1. Customer Support Bot

A support bot handles everything from password resets to complex billing disputes. With adaptive thinking:

  • Simple requests ("What's my account balance?") → no thinking → fast, cheap
  • Complex requests ("Why was my transaction declined and how do I appeal?") → deep thinking → accurate

2. Code Generation Assistant

  • Simple snippet ("Write a function to reverse a string") → low effort
  • Complex refactoring ("Migrate this monolithic Java app to microservices") → high effort

3. Research Agent

Use effort: "max" or "xhigh" for deep analytical tasks like literature review synthesis or mathematical proofs.

Best Practices

  • Start with default efforthigh works well for most use cases. Only adjust if you have specific latency or depth requirements.
  • Combine with tool use – Adaptive thinking's interleaved thinking makes it ideal for agents that call tools, process results, and call more tools.
  • Monitor thinking blocks – In streaming mode, look for thinking content blocks to understand how Claude is reasoning.
  • Test on representative data – Don't just test on easy examples.
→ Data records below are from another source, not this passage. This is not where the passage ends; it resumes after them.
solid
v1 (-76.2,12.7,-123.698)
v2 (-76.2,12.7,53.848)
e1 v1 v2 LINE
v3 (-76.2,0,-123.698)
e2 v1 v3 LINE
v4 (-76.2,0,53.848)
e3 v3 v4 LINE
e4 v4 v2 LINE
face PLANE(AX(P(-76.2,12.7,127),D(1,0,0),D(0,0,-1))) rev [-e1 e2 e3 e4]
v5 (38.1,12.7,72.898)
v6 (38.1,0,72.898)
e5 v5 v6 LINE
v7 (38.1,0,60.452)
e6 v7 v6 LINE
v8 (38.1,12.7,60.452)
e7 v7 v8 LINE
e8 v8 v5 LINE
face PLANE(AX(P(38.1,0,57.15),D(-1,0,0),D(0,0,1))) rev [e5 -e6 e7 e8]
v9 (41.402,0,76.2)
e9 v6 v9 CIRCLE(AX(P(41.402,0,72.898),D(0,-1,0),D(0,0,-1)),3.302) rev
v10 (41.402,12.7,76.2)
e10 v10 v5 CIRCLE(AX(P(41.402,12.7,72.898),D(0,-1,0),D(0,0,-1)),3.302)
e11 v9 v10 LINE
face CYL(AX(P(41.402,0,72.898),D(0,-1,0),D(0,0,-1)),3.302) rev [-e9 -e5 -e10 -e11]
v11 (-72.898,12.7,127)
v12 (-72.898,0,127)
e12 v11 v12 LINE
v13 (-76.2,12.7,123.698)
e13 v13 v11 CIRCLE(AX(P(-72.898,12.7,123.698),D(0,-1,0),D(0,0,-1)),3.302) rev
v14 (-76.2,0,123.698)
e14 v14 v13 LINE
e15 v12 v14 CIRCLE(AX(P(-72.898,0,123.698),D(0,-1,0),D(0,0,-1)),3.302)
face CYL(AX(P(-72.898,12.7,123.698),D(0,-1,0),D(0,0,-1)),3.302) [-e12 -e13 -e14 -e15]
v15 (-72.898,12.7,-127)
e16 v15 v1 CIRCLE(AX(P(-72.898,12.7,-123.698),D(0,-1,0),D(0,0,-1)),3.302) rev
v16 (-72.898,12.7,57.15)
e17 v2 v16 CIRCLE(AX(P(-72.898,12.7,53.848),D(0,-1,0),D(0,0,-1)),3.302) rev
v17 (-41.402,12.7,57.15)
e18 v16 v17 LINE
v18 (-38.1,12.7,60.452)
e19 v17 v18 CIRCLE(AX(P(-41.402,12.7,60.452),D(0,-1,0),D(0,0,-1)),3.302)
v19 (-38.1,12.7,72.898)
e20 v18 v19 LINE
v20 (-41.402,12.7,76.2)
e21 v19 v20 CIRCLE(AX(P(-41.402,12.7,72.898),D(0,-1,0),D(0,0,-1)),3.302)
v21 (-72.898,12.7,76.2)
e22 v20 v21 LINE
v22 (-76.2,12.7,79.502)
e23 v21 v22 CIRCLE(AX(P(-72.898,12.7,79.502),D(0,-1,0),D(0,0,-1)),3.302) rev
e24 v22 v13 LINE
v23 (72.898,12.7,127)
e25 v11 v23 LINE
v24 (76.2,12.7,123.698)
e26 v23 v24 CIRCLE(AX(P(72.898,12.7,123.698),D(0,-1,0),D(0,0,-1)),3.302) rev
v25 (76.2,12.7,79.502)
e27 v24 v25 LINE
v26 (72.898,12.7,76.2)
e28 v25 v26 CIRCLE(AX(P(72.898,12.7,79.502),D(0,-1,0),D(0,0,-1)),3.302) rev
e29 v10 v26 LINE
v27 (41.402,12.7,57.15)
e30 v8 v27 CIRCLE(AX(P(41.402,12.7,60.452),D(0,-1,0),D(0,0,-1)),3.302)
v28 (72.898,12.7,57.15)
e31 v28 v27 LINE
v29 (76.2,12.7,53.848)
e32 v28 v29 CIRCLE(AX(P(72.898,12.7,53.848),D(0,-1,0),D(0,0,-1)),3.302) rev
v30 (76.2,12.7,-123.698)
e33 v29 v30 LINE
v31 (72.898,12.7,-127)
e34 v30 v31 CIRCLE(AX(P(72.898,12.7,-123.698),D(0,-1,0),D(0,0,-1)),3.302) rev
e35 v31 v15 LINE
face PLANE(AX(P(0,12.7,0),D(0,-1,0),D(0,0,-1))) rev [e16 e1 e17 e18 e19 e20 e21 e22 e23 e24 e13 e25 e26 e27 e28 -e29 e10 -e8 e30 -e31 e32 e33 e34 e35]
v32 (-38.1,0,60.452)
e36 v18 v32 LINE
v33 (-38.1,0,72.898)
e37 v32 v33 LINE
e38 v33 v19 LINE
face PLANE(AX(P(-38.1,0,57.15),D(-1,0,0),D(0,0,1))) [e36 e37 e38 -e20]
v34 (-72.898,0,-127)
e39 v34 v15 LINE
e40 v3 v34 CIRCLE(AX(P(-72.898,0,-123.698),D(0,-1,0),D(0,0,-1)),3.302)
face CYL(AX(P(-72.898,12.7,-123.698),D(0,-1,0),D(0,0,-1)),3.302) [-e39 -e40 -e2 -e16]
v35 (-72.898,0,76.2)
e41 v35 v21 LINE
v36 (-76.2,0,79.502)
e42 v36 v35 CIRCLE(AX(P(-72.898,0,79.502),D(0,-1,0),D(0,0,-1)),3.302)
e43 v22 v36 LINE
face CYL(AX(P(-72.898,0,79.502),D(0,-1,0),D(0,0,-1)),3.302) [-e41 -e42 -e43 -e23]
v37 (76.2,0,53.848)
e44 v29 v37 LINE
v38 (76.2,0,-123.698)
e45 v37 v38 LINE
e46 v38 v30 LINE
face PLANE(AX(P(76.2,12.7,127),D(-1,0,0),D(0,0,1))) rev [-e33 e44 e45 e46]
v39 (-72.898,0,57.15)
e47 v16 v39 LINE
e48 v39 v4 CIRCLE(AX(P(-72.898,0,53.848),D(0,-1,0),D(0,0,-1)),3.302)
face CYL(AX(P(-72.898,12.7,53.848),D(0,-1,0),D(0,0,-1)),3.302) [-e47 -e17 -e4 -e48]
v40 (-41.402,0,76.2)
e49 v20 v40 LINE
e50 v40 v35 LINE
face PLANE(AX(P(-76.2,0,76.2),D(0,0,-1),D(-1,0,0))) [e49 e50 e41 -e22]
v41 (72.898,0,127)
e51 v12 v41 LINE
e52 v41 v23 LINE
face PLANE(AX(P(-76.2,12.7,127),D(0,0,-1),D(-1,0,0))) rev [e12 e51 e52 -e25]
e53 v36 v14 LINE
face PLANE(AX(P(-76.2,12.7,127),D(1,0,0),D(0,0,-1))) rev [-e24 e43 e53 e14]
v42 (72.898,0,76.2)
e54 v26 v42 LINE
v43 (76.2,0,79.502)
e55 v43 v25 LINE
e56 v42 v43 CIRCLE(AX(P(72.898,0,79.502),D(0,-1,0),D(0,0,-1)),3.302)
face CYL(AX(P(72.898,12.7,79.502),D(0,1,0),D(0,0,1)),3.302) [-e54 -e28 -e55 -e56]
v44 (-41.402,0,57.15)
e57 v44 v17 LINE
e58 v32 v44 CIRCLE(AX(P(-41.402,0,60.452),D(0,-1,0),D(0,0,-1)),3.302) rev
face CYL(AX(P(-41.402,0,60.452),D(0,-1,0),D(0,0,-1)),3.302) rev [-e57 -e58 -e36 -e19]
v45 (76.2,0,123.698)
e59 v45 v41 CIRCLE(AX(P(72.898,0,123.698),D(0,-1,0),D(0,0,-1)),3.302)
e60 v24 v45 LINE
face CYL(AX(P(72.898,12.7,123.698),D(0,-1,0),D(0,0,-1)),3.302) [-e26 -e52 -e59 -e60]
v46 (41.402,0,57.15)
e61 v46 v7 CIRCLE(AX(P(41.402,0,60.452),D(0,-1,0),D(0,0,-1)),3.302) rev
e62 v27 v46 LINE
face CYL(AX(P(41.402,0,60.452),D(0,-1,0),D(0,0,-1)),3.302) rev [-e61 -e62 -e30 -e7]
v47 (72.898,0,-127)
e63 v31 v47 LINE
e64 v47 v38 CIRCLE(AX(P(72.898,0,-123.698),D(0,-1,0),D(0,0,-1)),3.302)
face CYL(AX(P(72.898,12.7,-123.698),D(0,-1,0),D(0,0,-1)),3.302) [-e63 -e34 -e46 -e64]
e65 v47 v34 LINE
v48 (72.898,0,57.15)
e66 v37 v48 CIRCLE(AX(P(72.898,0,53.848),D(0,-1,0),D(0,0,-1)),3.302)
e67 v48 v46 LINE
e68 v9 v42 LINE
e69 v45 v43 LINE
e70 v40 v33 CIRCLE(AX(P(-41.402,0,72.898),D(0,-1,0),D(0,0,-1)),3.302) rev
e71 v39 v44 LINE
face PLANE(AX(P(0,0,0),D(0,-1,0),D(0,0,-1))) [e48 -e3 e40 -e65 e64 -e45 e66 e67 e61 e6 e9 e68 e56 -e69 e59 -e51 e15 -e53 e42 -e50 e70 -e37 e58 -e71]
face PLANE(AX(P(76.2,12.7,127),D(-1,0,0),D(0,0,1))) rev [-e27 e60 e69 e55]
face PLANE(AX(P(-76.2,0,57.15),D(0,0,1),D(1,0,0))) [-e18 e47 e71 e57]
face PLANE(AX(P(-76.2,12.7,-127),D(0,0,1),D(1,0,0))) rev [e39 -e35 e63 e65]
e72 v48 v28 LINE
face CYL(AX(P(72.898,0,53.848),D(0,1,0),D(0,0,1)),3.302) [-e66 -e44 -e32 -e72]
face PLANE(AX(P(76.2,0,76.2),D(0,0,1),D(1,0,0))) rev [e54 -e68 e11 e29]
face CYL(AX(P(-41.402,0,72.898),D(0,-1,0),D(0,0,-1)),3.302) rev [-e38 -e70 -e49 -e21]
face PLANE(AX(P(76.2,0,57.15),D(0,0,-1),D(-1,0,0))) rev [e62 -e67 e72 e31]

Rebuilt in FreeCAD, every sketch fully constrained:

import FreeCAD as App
import Part
import Sketcher

V = App.Vector
Q = App.Units.Quantity


def edges_at(feature, points):
    """Names of the edges that pass closest to the given points."""
    edges = feature.Shape.Edges
    near = lambda p: min(range(len(edges)), key=lambda i: edges[i].distToShape(Part.Vertex(*p))[0])
    return sorted({f"Edge{near(p) + 1}" for p in points})

doc = App.newDocument("Part")
body = doc.addObject("PartDesign::Body", "Body")

# Sketch on XZ plane
sketch1 = body.newObject("Sketcher::SketchObject", "Sketch")
sketch1.AttachmentSupport = (doc.getObject("XZ_Plane"), [""])
sketch1.MapMode = "FlatFace"
sketch1.addGeometry(Part.LineSegment(V(-76, -127, 0), V(-76, 127, 0)), False)
sketch1.addGeometry(Part.LineSegment(V(-76, 127, 0), V(76, 127, 0)), False)
sketch1.addGeometry(Part.LineSegment(V(76, 127, 0), V(76, -127, 0)), False)
sketch1.addGeometry(Part.LineSegment(V(76, -127, 0), V(-76, -127, 0)), False)
sketch1.addConstraint(Sketcher.Constraint("Coincident", 0, 2, 1, 1))
sketch1.addConstraint(Sketcher.Constraint("Coincident", 1, 2, 2, 1))
sketch1.addConstraint(Sketcher.Constraint("Coincident", 2, 2, 3, 1))
sketch1.addConstraint(Sketcher.Constraint("Coincident", 3, 2, 0, 1))
sketch1.addConstraint(Sketcher.Constraint("Vertical", 0))
sketch1.addConstraint(Sketcher.Constraint("Horizontal", 1))
sketch1.addConstraint(Sketcher.Constraint("Vertical", 2))
sketch1.addConstraint(Sketcher.Constraint("Horizontal", 3))
sketch1.addConstraint(Sketcher.Constraint("Symmetric", 0, 2, 2, 2, -1, 1))
sketch1.addConstraint(Sketcher.Constraint("DistanceX", 1, 1, 1, 2, Q("6 in")))
sketch1.addConstraint(Sketcher.Constraint("DistanceY", 0, 1, 0, 2, Q("10 in")))
pad1 = body.newObject("PartDesign::Pad", "Pad")
pad1.Profile = sketch1
pad1.Length = Q("0.5 in")
pad1.Reversed = True

# Sketch on XZ plane
sketch2 = body.newObject("Sketcher::SketchObject", "Sketch001")
sketch2.AttachmentSupport = (doc.getObject("XZ_Plane"), [""])
sketch2.MapMode = "FlatFace"
sketch2.AttachmentOffset = App.Placement(V(0, 0, -0.5 * 25.4), App.Rotation())
sketch2.addGeometry(Part.LineSegment(V(38, 57, 0), V(38, 76, 0)), False)
sketch2.addGeometry(Part.LineSegment(V(38, 76, 0), V(76, 76, 0)), False)
sketch2.addGeometry(Part.LineSegment(V(76, 76, 0), V(76, 57, 0)), False)
sketch2.addGeometry(Part.LineSegment(V(76, 57, 0), V(38, 57, 0)), False)
sketch2.addConstraint(Sketcher.Constraint("Coincident", 0, 2, 1, 1))
sketch2.addConstraint(Sketcher.Constraint("Coincident", 1, 2, 2, 1))
sketch2.addConstraint(Sketcher.Constraint("Coincident", 2, 2, 3, 1))
sketch2.addConstraint(Sketcher.Constraint("Coincident", 3, 2, 0, 1))
sketch2.addConstraint(Sketcher.Constraint("Vertical", 0))
sketch2.addConstraint(Sketcher.Constraint("Horizontal", 1))
sketch2.addConstraint(Sketcher.Constraint("Vertical", 2))
sketch2.addConstraint(Sketcher.Constraint("Horizontal", 3))
sketch2.addConstraint(Sketcher.Constraint("DistanceX", 1, 1, 1, 2, Q("1.5 in")))
sketch2.addConstraint(Sketcher.Constraint("DistanceY", -1, 1, 0, 2, Q("3 in")))
sketch2.addConstraint(Sketcher.Constraint("DistanceX", -1, 1, 1, 2, Q("3 in")))
sketch2.addConstraint(Sketcher.Constraint("DistanceY", 0, 1, 0, 2, Q("0.75 in")))
pocket1 = body.newObject("PartDesign::Pocket", "Pocket")
pocket1.Profile = sketch2
pocket1.Type = "ThroughAll"
pocket1.Reversed = True
doc.recompute()

fillet = body.newObject("PartDesign::Fillet", "Fillet")
fillet.Base = (pocket1, edges_at(pocket1, [(38.1, 6.35, 76.2), (38.1, 6.35, 57.15)]))
fillet.Radius = Q("0.13 in")
doc.recompute()

mirrored = body.newObject("PartDesign::Mirrored", "Mirrored")
mirrored.Originals = [pocket1]
mirrored.MirrorPlane = (doc.getObject("YZ_Plane"), [""])
body.Tip = mirrored
doc.recompute()

fillet2 = body.newObject("PartDesign::Fillet", "Fillet001")
fillet2.Base = (mirrored, edges_at(mirrored, [(-38.1, 6.35, 76.2), (-38.1, 6.35, 57.15)]))
fillet2.Radius = Q("0.13 in")
doc.recompute()

fillet3 = body.newObject("PartDesign::Fillet", "Fillet002")
fillet3.Base = (fillet2, edges_at(fillet2, [
    (76.2, 6.35, 57.15),
    (76.2, 6.35, 76.2),
    (-76.2, 6.35, 76.2),
    (-76.2, 6.35, 57.15),
    (76.2, 6.35, 127),
    (-76.2, 6.35, 127),
    (-76.2, 6.35, -127),
    (76.2, 6.35, -127),
]))
fillet3.Radius = Q("0.13 in")

doc.recompute()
Include edge cases that require deep reasoning.
  • Consider zero data retention – Adaptive thinking is eligible for ZDR. If your organization has a ZDR arrangement, data is not stored after the API response.

Limitations and Caveats

  • Not available on older models – Sonnet 4.5, Opus 4.5, and earlier require manual budget_tokens.
  • No hard latency guarantees – Because thinking depth is dynamic, response times can vary. If you need predictable latency, consider using effort: "low" or "none".
  • Effort is soft guidance – Claude may think more or less than you expect. It's not a hard constraint.

Key Takeaways

  • Adaptive thinking replaces fixed token budgets – Claude dynamically decides when and how much to think, improving performance and reducing waste.
  • Use the effort parameter for soft control – Choose from none, low, medium, high, max, or xhigh (Opus 4.7 only) to guide thinking depth.
  • Interleaved thinking is automatic – Claude can reason between tool calls, making adaptive thinking ideal for agentic workflows.
  • Migrate away from budget_tokens – Manual thinking is deprecated on Opus 4.6 and Sonnet 4.6 and will be removed in future releases.
  • Start with effort: "high" – It's the default for a reason. Adjust up or down based on your specific workload needs.